- Original film poster
- Directed by: Stuart Heisler
- Screenplay by: Irving Wallace
- Based on: The Burning Hills 1956 novel by Louis L'Amour
- Produced by: Richard Whorf
- Starring: Tab Hunter Natalie Wood
- Cinematography: Ted D. McCord
- Edited by: Clarence Kolster
- Music by: David Buttolph
- Color process: Warnercolor
- Production company: Warner Bros. Pictures
- Distributed by: Warner Bros. Pictures
- Release date: September 1956;
- Running time: 92 minutes
- Country: United States
- Language: English
- Box office: $1.5 million

= The Burning Hills =

1956 film by Stuart Heisler

The Burning Hills is a 1956 American CinemaScope Western directed by Stuart Heisler and starring Tab Hunter and Natalie Wood, based on a 1956 novel by Louis L'Amour.

==Plot==
When Trace Jordan's brother is murdered and several of their horses stolen, Trace sees by the tracks that three men are involved. One man wears Mexican spurs, one walks with a limp, and one smokes cheroots. Upon arriving in the town of Esperanza, Trace sees a destroyed sheriff's office and discovers the only law in Esperanza is Joe Sutton. He also discovers that the stolen horses have been rebranded with the Sutton brand, and their riders who match the description of their tracks work for Sutton. Trace enters Joe Sutton's ranch and wounds him in a shooting.

The enraged Sutton sends his son Jack, his foreman Ben and ten ranch hands to track down Trace before he goes to an Army fort to bring law to Esperanza. Wounded in his escape, Trace is helped by a courageous half Mexican woman named Maria Colton. Unable to locate the hidden Trace, Joe Sutton enlists a half Indian tracker, Jacob Lantz.

==Cast==
- Tab Hunter as Trace Jordan
- Natalie Wood as Maria-Christina Colton
- Skip Homeier as Jack Sutton
- Eduard Franz as Jacob Lantz
- Earl Holliman as Mort Bayliss
- Claude Akins as Ben Hindeman
- Ray Teal as Joe Sutton
- Frank Puglia as Tio Perico
- Hal Baylor as Braun
- Tyler MacDuff as Wes Parker
- Rayford Barnes as Veach
- Tony Terry as Vincente Colton

==Production==
Louis L'Amour said he wrote the novel for Gary Cooper and Katy Jurado.
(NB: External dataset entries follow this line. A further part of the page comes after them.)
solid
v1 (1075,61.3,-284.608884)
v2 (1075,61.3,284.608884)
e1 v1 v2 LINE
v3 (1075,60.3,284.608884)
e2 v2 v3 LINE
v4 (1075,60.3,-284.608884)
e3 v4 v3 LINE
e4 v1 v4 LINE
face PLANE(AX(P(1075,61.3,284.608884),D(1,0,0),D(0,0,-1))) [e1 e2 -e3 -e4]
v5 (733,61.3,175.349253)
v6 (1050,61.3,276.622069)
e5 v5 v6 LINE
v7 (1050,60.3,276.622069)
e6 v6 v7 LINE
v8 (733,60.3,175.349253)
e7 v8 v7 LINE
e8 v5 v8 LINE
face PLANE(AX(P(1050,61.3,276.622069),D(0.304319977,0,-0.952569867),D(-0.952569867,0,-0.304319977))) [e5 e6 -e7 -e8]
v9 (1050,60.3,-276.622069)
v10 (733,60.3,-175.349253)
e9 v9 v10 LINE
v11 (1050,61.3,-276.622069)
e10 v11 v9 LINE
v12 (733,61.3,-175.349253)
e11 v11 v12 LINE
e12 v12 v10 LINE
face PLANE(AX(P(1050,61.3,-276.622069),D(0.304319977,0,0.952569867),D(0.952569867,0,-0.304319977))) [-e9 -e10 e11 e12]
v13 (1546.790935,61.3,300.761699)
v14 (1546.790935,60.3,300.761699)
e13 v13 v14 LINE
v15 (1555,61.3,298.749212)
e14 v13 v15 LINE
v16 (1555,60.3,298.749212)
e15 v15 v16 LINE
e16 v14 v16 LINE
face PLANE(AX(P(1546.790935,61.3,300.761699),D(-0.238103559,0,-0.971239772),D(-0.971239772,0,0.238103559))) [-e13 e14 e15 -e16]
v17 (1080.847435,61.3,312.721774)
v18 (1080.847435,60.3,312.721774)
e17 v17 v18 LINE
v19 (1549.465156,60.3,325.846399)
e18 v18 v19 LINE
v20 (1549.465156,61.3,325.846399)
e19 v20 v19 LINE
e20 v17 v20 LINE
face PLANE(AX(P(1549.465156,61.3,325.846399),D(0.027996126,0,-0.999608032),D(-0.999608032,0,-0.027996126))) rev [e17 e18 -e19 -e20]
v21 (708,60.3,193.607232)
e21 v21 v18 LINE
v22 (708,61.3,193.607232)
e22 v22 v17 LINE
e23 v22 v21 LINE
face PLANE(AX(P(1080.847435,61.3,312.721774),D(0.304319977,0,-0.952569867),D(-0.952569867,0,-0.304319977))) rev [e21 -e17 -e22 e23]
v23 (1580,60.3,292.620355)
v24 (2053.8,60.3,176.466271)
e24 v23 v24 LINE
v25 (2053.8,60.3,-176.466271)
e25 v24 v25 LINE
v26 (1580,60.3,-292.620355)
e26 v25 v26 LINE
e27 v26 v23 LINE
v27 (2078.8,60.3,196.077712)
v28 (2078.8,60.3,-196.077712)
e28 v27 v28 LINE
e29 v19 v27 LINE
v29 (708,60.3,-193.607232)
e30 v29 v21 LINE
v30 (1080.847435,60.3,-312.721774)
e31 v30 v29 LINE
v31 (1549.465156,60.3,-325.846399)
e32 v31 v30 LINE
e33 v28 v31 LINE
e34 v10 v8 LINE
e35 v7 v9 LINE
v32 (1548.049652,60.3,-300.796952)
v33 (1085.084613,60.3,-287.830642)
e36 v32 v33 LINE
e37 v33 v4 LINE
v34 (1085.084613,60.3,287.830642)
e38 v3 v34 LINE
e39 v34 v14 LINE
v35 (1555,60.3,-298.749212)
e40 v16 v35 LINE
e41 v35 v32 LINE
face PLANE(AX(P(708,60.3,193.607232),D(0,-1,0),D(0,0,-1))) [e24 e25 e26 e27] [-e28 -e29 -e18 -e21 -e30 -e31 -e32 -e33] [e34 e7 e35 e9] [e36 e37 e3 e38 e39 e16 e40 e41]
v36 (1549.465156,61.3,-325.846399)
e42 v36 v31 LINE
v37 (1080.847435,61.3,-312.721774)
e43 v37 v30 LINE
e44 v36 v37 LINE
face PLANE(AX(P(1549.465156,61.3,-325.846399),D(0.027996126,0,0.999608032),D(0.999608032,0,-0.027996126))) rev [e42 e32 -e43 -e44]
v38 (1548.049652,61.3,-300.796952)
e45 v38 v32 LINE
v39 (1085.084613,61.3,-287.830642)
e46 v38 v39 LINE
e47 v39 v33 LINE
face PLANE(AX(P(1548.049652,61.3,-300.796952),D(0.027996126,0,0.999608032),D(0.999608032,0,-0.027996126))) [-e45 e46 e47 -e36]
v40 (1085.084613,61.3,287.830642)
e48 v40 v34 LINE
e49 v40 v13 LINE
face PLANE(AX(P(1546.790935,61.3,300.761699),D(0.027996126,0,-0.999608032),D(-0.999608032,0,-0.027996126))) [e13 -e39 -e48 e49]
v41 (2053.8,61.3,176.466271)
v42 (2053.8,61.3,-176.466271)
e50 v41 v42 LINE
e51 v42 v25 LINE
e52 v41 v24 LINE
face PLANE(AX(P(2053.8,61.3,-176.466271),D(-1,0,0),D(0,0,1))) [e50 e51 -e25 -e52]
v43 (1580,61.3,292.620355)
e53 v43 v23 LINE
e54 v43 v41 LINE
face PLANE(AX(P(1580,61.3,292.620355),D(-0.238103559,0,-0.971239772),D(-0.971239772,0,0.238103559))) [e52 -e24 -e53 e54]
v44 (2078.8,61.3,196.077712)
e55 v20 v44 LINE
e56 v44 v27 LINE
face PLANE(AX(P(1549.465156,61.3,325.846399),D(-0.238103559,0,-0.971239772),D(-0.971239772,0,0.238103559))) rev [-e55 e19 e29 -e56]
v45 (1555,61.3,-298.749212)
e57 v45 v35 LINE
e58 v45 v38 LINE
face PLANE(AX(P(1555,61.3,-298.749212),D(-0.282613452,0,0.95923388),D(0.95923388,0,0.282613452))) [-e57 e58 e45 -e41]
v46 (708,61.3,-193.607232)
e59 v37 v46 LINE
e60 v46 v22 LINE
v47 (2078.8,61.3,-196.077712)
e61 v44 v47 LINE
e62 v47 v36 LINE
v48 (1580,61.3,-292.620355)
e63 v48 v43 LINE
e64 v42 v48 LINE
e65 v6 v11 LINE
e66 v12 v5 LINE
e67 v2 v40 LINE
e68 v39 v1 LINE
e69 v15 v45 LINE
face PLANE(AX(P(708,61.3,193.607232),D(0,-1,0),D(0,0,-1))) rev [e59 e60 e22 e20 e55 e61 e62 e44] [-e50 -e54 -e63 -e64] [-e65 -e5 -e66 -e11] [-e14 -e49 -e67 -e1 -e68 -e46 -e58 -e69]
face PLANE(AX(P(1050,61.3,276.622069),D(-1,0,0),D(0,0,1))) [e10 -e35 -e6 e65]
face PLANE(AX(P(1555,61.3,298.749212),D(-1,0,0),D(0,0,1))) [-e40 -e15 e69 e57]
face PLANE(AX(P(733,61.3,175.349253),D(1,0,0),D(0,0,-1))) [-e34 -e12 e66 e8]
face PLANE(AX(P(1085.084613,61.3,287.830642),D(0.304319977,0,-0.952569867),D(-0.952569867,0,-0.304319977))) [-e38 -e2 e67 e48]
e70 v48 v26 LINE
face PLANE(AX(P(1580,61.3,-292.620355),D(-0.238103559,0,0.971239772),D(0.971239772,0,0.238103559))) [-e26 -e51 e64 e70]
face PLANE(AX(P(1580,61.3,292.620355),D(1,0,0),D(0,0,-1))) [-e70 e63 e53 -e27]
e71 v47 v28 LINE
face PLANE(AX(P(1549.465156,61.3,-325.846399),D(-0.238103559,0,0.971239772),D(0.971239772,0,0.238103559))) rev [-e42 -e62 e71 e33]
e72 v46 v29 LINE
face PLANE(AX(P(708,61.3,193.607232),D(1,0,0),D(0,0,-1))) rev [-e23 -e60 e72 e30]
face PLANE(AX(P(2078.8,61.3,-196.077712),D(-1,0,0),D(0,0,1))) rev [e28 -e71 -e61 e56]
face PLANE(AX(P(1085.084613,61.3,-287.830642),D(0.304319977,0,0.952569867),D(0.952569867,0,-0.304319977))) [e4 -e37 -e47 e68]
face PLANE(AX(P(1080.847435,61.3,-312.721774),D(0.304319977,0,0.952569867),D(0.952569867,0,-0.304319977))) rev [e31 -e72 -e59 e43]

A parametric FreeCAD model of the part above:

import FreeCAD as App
import Part
import Sketcher

V = App.Vector

doc = App.newDocument("Part")
params = doc.addObject("Spreadsheet::Sheet", "Params")
for row, (alias, value) in enumerate([
    ("pad1_length", "1 mm"),
], start=1):
    params.set(f"A{row}", alias)
    params.set(f"B{row}", "=" + value)
    params.setAlias(f"B{row}", alias)

body = doc.addObject("PartDesign::Body", "Body")

# Sketch on XZ plane
sketch1 = body.newObject("Sketcher::SketchObject", "Sketch")
sketch1.AttachmentSupport = (doc.getObject("XZ_Plane"), [""])
sketch1.MapMode = "FlatFace"
sketch1.AttachmentOffset = App.Placement(V(0, 0, -60.3), App.Rotation())
sketch1.addGeometry([
    Part.LineSegment(V(1549, 326, 0), V(2079, 196, 0)),  # 0
    Part.LineSegment(V(2079, 196, 0), V(2079, -196, 0)),  # 1
    Part.LineSegment(V(2079, -196, 0), V(1549, -326, 0)),  # 2
    Part.LineSegment(V(1549, -326, 0), V(1081, -313, 0)),  # 3
    Part.LineSegment(V(1081, -313, 0), V(708, -194, 0)),  # 4
    Part.LineSegment(V(708, -194, 0), V(708, 194, 0)),  # 5
    Part.LineSegment(V(708, 194, 0), V(1081, 313, 0)),  # 6
    Part.LineSegment(V(1081, 313, 0), V(1549, 326, 0)),  # 7
    Part.LineSegment(V(2054, 176, 0), V(1580, 293, 0)),  # 8
    Part.LineSegment(V(1580, 293, 0), V(1580, -293, 0)),  # 9
    Part.LineSegment(V(1580, -293, 0), V(2054, -176, 0)),  # 10
    Part.LineSegment(V(2054, -176, 0), V(2054, 176, 0)),  # 11
    Part.LineSegment(V(1555, 299, 0), V(1547, 301, 0)),  # 12
    Part.LineSegment(V(1547, 301, 0), V(1085, 288, 0)),  # 13
    Part.LineSegment(V(1085, 288, 0), V(1075, 285, 0)),  # 14
    Part.LineSegment(V(1075, 285, 0), V(1075, -285, 0)),  # 15
    Part.LineSegment(V(1075, -285, 0), V(1085, -288, 0)),  # 16
    Part.LineSegment(V(1085, -288, 0), V(1548, -301, 0)),  # 17
    Part.LineSegment(V(1548, -301, 0), V(1555, -299, 0)),  # 18
    Part.LineSegment(V(1555, -299, 0), V(1555, 299, 0)),  # 19
    Part.LineSegment(V(1050, 277, 0), V(733, 175, 0)),  # 20
    Part.LineSegment(V(733, 175, 0), V(733, -175, 0)),  # 21
    Part.LineSegment(V(733, -175, 0), V(1050, -277, 0)),  # 22
    Part.LineSegment(V(1050, -277, 0), V(1050, 277, 0)),  # 23
], False)
sketch1.addConstraint([
    Sketcher.Constraint("Coincident", 0, 2, 1, 1),
    Sketcher.Constraint("Coincident", 1, 2, 2, 1),
    Sketcher.Constraint("Coincident", 2, 2, 3, 1),
    Sketcher.Constraint("Coincident", 3, 2, 4, 1),
    Sketcher.Constraint("Coincident", 4, 2, 5, 1),
    Sketcher.Constraint("Coincident", 5, 2, 6, 1),
    Sketcher.Constraint("Coincident", 6, 2, 7, 1),
    Sketcher.Constraint("Coincident", 7, 2, 0, 1),
    Sketcher.Constraint("Coincident", 8, 2, 9, 1),
    Sketcher.Constraint("Coincident", 9, 2, 10, 1),
    Sketcher.Constraint("Coincident", 10, 2, 11, 1),
    Sketcher.Constraint("Coincident", 11, 2, 8, 1),
    Sketcher.Constraint("Coincident", 12, 2, 13, 1),
    Sketcher.Constraint("Coincident", 13, 2, 14, 1),
    Sketcher.Constraint("Coincident", 14, 2, 15, 1),
    Sketcher.Constraint("Coincident", 15, 2, 16, 1),
    Sketcher.Constraint("Coincident", 16, 2, 17, 1),
    Sketcher.Constraint("Coincident", 17, 2, 18, 1),
    Sketcher.Constraint("Coincident", 18, 2, 19, 1),
    Sketcher.Constraint("Coincident", 19, 2, 12, 1),
    Sketcher.Constraint("Coincident", 20, 2, 21, 1),
    Sketcher.Constraint("Coincident", 21, 2, 22, 1),
    Sketcher.Constraint("Coincident", 22, 2, 23, 1),
    Sketcher.Constraint("Coincident", 23, 2, 20, 1),
    Sketcher.Constraint("Vertical", 1),
    Sketcher.Constraint("Vertical", 5),
    Sketcher.Constraint("Vertical", 9),
    Sketcher.Constraint("Vertical", 11),
    Sketcher.Constraint("Vertical", 15),
    Sketcher.Constraint("Vertical", 19),
    Sketcher.Constraint("Vertical", 21),
    Sketcher.Constraint("Vertical", 23),
    Sketcher.Constraint("Symmetric", 3, 2, 6, 2, -1),
    Sketcher.Constraint("Symmetric", 2, 2, 7, 2, -1),
    Sketcher.Constraint("Symmetric", 13, 2, 16, 2, -1),
    Sketcher.Constraint("Parallel", 0, 8),
    Sketcher.Constraint("Parallel", 2, 10),
    Sketcher.Constraint("Parallel", 8, 12),
    Sketcher.Constraint("Parallel", 7, 13),
    Sketcher.Constraint("Parallel", 6, 14),
    Sketcher.Constraint("Parallel", 4, 16),
    Sketcher.Constraint("Parallel", 3, 17),
    Sketcher.Constraint("Parallel", 14, 20),
    Sketcher.Constraint("Parallel", 16, 22),
    Sketcher.Constraint("Equal", 0, 2),
    Sketcher.Constraint("Equal", 4, 6),
    Sketcher.Constraint("DistanceX", -1, 1, 4, 2, 708.0),
    Sketcher.Constraint("DistanceX", -1, 1, 8, 2, 1580.0),
    Sketcher.Constraint("DistanceX", -1, 1, 14, 2, 1075.0),
    Sketcher.Constraint("DistanceX", -1, 1, 18, 2, 1555.0),
    Sketcher.Constraint("DistanceX", -1, 1, 20, 2, 733.0),
    Sketcher.Constraint("DistanceX", -1, 1, 22, 2, 1050.0),
    Sketcher.Constraint("DistanceX", 10, 2, 1, 2, 25.0),
    Sketcher.Constraint("DistanceX", -1, 1, 0, 2, 2078.8),
    Sketcher.Constraint("DistanceY", 9, 2, 9, 1, 585.240711),
    Sketcher.Constraint("DistanceY", 15, 2, 15, 1, 569.217768),
    Sketcher.Constraint("DistanceY", 2, 2, -1, 1, 325.846399),
    Sketcher.Constraint("DistanceY", -1, 1, 12, 2, 300.761699),
    Sketcher.Constraint("DistanceX", 6, 2, 12, 2, 465.9435),
    Sketcher.Constraint("Distance", 0, 545.00944),
    Sketcher.Constraint("Distance", 12, 8.452151),
    Sketcher.Constraint("Distance", 17, 463.146578),
    Sketcher.Constraint("Distance", 20, 332.783989),
    Sketcher.Constraint("DistanceY", 1, 2, 1, 1, 392.155424),
    Sketcher.Constraint("DistanceY", 5, 1, 5, 2, 387.214464),
    Sketcher.Constraint("DistanceY", 19, 1, 19, 2, 597.498423),
    Sketcher.Constraint("DistanceY", 21, 2, 21, 1, 350.698506),
    Sketcher.Constraint("DistanceY", 10, 2, -1, 1, 176.466271),
    Sketcher.Constraint("DistanceY", 22, 2, -1, 1, 276.622069),
])
pad1 = body.newObject("PartDesign::Pad", "Pad")
pad1.Profile = sketch1
pad1.setExpression("Length", "Params.pad1_length")
pad1.Reversed = True

doc.recompute()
Jurado tried to buy film rights to the novel.

L'Amour's short story "The Gift of Cochise" had been successfully filmed with John Wayne in 1953 as Hondo and there was interest in The Burning Hills. Warner Bros. Pictures purchased the screen rights in May 1955 and assigned it to Richard Whorf to produce. Irving Wallace wrote the script and John Wayne was announced as a possible star. In December 1955 Tab Hunter was assigned to the lead.

The book ended up selling over a million copies.

Filming started February 1956.

==Reception==
Variety said "With the youthful filmgoer in mind, the combo of Tab Hunter and Natalie Wood in “The Burning Hills” could prove to be a profitable one. They form a team, of somewhat younger stars than is customarily found in sagebrush
sagas and do an okay job of the outdoor assignment. The accent on youth in a western plot at least has its novelty value and the teenage fans should like their favorites in this prairie drama."